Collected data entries
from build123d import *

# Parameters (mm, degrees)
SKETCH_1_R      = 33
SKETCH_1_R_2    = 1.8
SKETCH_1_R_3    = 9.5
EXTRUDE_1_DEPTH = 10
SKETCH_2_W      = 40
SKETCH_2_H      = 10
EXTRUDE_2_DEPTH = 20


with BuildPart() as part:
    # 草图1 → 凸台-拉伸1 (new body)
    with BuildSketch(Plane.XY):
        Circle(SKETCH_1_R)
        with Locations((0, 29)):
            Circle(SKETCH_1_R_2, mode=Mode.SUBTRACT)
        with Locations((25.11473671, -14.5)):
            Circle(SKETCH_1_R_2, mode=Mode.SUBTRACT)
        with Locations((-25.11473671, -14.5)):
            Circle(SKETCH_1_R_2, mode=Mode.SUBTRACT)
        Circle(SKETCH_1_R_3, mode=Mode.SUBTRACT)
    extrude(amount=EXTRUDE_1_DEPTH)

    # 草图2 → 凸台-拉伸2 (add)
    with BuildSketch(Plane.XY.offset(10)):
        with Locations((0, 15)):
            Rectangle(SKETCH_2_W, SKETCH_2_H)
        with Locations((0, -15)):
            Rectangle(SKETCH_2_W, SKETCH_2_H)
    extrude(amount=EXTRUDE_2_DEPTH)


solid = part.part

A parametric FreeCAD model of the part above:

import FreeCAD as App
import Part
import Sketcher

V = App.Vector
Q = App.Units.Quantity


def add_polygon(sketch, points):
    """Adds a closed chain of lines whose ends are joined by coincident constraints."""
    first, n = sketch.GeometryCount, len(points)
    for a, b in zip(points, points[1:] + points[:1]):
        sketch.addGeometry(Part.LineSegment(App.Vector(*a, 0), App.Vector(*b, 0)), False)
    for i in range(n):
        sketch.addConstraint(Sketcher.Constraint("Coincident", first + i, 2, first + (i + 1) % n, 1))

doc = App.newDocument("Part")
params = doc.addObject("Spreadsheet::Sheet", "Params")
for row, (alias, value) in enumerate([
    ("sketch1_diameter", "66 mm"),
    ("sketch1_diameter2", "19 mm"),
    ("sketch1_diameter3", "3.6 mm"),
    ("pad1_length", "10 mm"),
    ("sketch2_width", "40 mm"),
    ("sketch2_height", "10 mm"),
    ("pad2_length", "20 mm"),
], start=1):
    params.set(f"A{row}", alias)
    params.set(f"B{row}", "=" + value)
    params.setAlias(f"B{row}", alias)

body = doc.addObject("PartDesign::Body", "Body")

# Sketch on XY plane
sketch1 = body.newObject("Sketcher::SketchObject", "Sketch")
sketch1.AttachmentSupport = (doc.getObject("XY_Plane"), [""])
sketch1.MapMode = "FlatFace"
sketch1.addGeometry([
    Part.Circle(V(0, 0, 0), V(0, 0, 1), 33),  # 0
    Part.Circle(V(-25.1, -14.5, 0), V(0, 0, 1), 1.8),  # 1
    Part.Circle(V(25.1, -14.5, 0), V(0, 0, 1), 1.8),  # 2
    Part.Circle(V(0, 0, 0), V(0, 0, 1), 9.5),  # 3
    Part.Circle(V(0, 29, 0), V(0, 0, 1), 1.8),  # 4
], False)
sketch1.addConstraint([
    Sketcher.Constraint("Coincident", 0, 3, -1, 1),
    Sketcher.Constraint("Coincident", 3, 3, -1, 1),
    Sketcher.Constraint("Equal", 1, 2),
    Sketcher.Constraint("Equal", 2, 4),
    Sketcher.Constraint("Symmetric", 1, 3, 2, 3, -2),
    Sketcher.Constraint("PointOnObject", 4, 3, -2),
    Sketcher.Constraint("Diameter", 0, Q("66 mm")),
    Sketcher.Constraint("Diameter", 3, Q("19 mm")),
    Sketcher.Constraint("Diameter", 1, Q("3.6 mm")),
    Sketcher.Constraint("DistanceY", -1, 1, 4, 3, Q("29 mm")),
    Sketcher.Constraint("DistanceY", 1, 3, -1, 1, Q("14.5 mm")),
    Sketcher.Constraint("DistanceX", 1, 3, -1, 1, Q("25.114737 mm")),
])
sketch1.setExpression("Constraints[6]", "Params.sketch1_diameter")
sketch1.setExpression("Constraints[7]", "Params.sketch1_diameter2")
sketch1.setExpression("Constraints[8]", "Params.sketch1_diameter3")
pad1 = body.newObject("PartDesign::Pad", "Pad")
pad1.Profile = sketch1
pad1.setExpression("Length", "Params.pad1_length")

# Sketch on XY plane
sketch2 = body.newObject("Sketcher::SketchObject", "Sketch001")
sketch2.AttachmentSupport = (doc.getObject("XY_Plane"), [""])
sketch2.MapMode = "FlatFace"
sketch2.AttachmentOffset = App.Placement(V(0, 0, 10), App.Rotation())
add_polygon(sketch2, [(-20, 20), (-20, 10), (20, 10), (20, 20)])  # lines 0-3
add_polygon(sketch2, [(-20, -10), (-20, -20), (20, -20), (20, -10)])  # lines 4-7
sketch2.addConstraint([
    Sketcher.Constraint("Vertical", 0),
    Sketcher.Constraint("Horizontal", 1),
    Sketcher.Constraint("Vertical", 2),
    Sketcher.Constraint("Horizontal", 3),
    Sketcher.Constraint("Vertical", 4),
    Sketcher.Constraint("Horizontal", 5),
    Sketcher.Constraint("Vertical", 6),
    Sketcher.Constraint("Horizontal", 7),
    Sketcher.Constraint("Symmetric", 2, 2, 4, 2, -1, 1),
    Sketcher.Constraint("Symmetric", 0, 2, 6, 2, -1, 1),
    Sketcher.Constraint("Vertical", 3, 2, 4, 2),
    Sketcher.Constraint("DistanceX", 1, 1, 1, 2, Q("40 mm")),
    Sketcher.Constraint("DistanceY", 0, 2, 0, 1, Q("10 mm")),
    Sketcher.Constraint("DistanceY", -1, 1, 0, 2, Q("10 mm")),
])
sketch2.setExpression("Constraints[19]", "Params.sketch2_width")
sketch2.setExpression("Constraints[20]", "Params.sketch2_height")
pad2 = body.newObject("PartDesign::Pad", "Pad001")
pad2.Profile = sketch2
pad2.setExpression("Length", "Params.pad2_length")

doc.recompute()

* * *

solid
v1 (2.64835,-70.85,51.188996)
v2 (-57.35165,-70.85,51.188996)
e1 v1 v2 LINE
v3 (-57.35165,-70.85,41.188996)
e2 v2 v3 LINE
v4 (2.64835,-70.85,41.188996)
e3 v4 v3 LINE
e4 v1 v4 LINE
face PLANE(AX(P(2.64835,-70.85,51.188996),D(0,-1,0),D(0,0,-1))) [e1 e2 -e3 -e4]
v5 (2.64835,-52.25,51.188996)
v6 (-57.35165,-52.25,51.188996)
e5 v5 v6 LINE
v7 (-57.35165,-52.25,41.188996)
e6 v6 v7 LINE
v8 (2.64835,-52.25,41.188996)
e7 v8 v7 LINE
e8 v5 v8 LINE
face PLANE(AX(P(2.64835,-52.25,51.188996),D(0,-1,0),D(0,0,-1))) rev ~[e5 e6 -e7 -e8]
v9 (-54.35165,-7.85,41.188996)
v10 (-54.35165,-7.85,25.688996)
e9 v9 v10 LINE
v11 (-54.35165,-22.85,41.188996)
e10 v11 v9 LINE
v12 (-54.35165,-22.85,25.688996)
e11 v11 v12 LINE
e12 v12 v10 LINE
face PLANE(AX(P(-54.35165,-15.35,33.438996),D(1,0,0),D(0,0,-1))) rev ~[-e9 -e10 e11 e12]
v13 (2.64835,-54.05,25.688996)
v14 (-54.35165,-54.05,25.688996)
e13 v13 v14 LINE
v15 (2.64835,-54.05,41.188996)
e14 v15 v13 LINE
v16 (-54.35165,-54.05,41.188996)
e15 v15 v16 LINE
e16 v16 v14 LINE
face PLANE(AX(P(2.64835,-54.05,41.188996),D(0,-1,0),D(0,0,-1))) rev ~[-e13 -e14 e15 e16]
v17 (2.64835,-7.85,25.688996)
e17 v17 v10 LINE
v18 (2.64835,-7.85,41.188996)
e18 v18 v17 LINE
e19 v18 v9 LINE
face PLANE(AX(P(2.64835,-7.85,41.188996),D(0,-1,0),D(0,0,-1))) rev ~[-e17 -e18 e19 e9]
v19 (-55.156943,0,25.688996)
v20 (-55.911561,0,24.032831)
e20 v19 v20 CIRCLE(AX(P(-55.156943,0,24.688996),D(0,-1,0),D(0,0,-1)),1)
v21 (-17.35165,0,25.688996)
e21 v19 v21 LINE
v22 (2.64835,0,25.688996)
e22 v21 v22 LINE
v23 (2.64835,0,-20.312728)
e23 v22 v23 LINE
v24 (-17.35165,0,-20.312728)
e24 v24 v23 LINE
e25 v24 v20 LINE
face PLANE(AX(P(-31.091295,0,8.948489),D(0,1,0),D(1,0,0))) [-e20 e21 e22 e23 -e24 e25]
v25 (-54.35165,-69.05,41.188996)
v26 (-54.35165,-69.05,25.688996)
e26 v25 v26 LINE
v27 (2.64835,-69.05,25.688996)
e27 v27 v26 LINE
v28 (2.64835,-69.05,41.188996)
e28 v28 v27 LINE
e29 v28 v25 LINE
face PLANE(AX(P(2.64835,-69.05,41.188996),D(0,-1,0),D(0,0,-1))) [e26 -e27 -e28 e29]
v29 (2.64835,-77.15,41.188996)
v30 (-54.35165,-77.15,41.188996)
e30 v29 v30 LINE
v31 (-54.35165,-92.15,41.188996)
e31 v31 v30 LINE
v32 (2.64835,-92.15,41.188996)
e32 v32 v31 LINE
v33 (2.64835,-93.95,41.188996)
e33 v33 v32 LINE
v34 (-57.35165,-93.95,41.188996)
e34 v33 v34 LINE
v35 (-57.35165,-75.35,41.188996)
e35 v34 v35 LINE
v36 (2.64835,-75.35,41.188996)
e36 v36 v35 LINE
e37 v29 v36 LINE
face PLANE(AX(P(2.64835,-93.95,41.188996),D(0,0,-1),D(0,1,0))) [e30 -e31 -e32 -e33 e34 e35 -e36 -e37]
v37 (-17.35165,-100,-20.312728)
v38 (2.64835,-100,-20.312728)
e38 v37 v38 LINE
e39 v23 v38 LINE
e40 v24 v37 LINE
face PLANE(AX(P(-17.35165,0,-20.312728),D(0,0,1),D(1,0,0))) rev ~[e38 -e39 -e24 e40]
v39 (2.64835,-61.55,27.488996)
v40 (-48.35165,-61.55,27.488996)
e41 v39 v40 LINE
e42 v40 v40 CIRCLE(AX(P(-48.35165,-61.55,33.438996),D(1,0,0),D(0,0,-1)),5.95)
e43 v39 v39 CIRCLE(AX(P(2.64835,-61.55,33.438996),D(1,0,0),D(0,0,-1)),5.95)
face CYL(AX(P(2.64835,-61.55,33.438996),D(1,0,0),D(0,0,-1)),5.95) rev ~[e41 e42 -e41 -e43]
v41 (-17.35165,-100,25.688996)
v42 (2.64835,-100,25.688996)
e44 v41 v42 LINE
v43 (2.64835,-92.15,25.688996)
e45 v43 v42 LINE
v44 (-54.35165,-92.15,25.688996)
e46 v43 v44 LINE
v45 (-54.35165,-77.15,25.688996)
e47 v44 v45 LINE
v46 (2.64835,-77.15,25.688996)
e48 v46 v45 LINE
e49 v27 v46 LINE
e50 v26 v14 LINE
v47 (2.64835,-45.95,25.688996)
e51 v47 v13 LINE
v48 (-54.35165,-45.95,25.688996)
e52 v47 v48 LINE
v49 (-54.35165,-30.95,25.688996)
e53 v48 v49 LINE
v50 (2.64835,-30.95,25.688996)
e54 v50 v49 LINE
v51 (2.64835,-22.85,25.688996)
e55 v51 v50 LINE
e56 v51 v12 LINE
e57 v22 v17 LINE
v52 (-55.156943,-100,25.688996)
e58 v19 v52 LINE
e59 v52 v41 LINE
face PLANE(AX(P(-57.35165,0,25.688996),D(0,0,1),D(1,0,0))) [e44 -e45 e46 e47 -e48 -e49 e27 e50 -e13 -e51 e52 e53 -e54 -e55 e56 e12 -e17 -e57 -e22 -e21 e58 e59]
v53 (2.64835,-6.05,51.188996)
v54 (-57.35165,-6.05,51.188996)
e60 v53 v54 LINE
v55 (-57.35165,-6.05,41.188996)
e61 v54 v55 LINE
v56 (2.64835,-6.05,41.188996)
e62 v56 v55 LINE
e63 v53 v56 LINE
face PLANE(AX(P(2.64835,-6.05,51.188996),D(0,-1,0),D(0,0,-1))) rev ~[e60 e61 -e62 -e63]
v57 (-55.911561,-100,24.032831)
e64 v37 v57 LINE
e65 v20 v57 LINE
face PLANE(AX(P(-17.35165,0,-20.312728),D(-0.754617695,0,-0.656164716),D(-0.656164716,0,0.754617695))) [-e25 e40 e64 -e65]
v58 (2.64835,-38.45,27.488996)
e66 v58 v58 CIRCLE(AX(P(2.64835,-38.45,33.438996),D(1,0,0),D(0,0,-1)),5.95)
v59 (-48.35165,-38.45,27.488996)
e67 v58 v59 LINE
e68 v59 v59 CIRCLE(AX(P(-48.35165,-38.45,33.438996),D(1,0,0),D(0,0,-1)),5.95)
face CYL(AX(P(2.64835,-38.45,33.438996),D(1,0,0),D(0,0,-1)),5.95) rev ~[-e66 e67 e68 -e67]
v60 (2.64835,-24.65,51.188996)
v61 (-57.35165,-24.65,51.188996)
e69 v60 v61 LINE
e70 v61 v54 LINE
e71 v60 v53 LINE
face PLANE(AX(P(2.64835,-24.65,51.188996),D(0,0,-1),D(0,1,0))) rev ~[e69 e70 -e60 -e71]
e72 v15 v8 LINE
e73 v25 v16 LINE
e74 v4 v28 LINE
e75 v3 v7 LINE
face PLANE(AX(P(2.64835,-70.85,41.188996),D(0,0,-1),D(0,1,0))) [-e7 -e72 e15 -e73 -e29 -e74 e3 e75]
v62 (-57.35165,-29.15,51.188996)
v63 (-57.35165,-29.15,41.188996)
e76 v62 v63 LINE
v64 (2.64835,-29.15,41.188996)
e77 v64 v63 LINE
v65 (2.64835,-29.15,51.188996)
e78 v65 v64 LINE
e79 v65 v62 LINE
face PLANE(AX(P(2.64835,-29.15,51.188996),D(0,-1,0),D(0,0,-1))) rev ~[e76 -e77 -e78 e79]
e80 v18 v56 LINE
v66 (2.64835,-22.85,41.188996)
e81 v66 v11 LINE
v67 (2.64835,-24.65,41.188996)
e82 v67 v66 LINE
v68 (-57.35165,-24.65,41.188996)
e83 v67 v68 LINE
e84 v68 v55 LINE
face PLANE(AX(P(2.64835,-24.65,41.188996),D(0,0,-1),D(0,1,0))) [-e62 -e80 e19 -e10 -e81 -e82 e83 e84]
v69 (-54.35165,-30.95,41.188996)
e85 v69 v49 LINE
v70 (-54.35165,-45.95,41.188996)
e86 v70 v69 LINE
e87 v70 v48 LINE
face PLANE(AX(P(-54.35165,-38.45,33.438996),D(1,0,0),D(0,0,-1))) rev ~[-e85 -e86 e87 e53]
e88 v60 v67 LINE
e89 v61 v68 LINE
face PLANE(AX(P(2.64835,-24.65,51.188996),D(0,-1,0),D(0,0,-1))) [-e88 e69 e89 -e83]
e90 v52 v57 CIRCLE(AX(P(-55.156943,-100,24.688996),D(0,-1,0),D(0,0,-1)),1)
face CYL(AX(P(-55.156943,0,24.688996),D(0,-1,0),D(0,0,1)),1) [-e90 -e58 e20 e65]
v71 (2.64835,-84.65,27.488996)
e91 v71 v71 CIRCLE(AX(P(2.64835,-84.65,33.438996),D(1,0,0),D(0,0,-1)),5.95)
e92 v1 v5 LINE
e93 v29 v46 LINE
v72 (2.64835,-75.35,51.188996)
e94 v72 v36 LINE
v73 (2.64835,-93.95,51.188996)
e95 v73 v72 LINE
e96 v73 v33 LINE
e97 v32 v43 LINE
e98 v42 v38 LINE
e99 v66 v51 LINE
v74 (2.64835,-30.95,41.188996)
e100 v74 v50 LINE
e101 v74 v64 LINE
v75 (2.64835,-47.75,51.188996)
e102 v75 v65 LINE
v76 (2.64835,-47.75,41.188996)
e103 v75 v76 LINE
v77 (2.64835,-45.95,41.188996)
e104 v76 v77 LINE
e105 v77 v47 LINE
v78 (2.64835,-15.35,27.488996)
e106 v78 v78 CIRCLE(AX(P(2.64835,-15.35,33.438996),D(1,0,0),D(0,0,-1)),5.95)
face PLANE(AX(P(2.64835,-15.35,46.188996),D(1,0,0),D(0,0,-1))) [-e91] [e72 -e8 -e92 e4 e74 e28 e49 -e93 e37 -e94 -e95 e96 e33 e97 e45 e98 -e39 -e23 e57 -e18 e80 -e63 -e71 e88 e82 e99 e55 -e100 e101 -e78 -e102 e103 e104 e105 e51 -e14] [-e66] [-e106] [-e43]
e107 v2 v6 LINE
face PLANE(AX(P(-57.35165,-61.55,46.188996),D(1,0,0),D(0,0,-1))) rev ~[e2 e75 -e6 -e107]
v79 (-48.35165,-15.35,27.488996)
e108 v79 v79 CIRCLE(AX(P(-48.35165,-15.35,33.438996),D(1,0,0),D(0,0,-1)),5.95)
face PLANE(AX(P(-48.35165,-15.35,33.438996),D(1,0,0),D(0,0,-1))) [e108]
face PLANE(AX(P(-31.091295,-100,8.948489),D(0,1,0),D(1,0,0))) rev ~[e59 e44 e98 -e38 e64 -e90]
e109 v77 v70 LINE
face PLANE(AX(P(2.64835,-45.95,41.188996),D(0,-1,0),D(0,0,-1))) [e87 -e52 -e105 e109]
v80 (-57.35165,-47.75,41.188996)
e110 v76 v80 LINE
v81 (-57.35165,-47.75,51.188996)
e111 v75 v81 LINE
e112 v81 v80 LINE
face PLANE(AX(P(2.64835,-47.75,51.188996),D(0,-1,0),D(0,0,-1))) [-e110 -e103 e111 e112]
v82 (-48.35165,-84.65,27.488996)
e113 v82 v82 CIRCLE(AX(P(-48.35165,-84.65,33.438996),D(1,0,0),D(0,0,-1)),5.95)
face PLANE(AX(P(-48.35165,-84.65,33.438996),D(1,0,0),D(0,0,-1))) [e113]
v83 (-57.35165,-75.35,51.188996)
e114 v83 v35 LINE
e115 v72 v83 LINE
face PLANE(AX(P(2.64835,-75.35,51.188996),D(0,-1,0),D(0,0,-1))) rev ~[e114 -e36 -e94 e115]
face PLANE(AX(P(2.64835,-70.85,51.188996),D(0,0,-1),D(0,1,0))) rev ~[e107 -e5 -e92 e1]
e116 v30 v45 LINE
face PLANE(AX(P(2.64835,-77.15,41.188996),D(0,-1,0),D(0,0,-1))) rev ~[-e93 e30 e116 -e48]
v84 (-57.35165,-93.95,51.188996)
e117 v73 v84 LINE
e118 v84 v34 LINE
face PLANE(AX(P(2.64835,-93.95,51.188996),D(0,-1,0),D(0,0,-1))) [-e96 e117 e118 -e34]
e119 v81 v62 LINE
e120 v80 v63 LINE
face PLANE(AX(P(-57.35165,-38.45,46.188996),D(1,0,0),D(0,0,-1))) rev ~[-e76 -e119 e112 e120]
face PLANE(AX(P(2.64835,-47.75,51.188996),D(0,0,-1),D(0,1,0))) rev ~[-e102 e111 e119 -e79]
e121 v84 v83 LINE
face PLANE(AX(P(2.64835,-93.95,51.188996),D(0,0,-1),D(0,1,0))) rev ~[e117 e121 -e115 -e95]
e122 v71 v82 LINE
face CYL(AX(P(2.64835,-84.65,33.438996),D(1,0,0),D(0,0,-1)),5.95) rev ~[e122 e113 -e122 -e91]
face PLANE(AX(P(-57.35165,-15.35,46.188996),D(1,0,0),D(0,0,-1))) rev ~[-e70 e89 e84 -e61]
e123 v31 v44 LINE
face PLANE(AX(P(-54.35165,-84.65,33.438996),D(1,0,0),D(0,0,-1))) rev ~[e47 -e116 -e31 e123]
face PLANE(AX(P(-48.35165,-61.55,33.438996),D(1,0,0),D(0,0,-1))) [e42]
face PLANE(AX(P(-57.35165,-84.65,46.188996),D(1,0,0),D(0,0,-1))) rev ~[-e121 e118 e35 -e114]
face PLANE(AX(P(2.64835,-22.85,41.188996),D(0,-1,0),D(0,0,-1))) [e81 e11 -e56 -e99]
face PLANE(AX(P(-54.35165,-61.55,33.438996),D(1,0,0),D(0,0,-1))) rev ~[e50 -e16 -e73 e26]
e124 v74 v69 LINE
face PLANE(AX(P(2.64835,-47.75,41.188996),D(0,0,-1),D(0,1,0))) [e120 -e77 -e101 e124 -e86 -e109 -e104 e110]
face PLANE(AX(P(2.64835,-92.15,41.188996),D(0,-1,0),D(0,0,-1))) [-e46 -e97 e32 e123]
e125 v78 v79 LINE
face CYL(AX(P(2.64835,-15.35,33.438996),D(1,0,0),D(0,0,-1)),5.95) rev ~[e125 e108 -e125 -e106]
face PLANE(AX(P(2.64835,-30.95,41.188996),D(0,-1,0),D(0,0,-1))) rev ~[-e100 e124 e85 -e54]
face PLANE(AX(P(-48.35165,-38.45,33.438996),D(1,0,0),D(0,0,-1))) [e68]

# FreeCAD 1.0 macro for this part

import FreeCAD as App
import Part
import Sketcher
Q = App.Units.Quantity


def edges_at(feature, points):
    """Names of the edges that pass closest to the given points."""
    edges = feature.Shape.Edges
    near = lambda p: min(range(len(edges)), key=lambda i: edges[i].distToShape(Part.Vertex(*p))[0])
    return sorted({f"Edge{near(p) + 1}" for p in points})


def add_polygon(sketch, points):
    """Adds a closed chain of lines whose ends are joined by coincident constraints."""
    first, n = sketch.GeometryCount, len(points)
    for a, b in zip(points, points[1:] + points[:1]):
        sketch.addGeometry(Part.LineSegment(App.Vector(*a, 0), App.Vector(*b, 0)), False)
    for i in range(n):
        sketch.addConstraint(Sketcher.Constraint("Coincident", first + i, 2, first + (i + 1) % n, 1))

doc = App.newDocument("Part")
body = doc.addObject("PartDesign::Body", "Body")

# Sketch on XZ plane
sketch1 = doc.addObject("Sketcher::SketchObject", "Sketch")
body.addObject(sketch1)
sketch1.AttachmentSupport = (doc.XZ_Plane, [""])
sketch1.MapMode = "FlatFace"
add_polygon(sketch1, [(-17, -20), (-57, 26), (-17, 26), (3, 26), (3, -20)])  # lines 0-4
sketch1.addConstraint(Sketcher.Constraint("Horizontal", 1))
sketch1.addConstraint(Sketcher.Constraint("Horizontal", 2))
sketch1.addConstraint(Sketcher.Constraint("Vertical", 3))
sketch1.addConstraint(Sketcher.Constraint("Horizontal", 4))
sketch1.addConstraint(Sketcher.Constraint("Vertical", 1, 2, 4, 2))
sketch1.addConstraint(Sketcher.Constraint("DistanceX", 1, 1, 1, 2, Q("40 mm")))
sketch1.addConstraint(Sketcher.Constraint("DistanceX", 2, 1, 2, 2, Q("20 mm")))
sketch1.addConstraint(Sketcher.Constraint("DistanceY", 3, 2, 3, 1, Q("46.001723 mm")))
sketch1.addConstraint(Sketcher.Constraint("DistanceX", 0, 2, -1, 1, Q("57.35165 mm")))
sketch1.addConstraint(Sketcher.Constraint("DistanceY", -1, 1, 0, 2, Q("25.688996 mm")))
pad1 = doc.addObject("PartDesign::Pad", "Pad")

**TASK TO COMPLETE**
Using the entries shown above, reproduce verbatim the lines from the line bearing "e84 v68 v55 LINE" to the line bearing "e97 v32 v43 LINE", inclusive.

**FINAL ANSWER**
e84 v68 v55 LINE
face PLANE(AX(P(2.64835,-24.65,41.188996),D(0,0,-1),D(0,1,0))) [-e62 -e80 e19 -e10 -e81 -e82 e83 e84]
v69 (-54.35165,-30.95,41.188996)
e85 v69 v49 LINE
v70 (-54.35165,-45.95,41.188996)
e86 v70 v69 LINE
e87 v70 v48 LINE
face PLANE(AX(P(-54.35165,-38.45,33.438996),D(1,0,0),D(0,0,-1))) rev ~[-e85 -e86 e87 e53]
e88 v60 v67 LINE
e89 v61 v68 LINE
face PLANE(AX(P(2.64835,-24.65,51.188996),D(0,-1,0),D(0,0,-1))) [-e88 e69 e89 -e83]
e90 v52 v57 CIRCLE(AX(P(-55.156943,-100,24.688996),D(0,-1,0),D(0,0,-1)),1)
face CYL(AX(P(-55.156943,0,24.688996),D(0,-1,0),D(0,0,1)),1) [-e90 -e58 e20 e65]
v71 (2.64835,-84.65,27.488996)
e91 v71 v71 CIRCLE(AX(P(2.64835,-84.65,33.438996),D(1,0,0),D(0,0,-1)),5.95)
e92 v1 v5 LINE
e93 v29 v46 LINE
v72 (2.64835,-75.35,51.188996)
e94 v72 v36 LINE
v73 (2.64835,-93.95,51.188996)
e95 v73 v72 LINE
e96 v73 v33 LINE
e97 v32 v43 LINE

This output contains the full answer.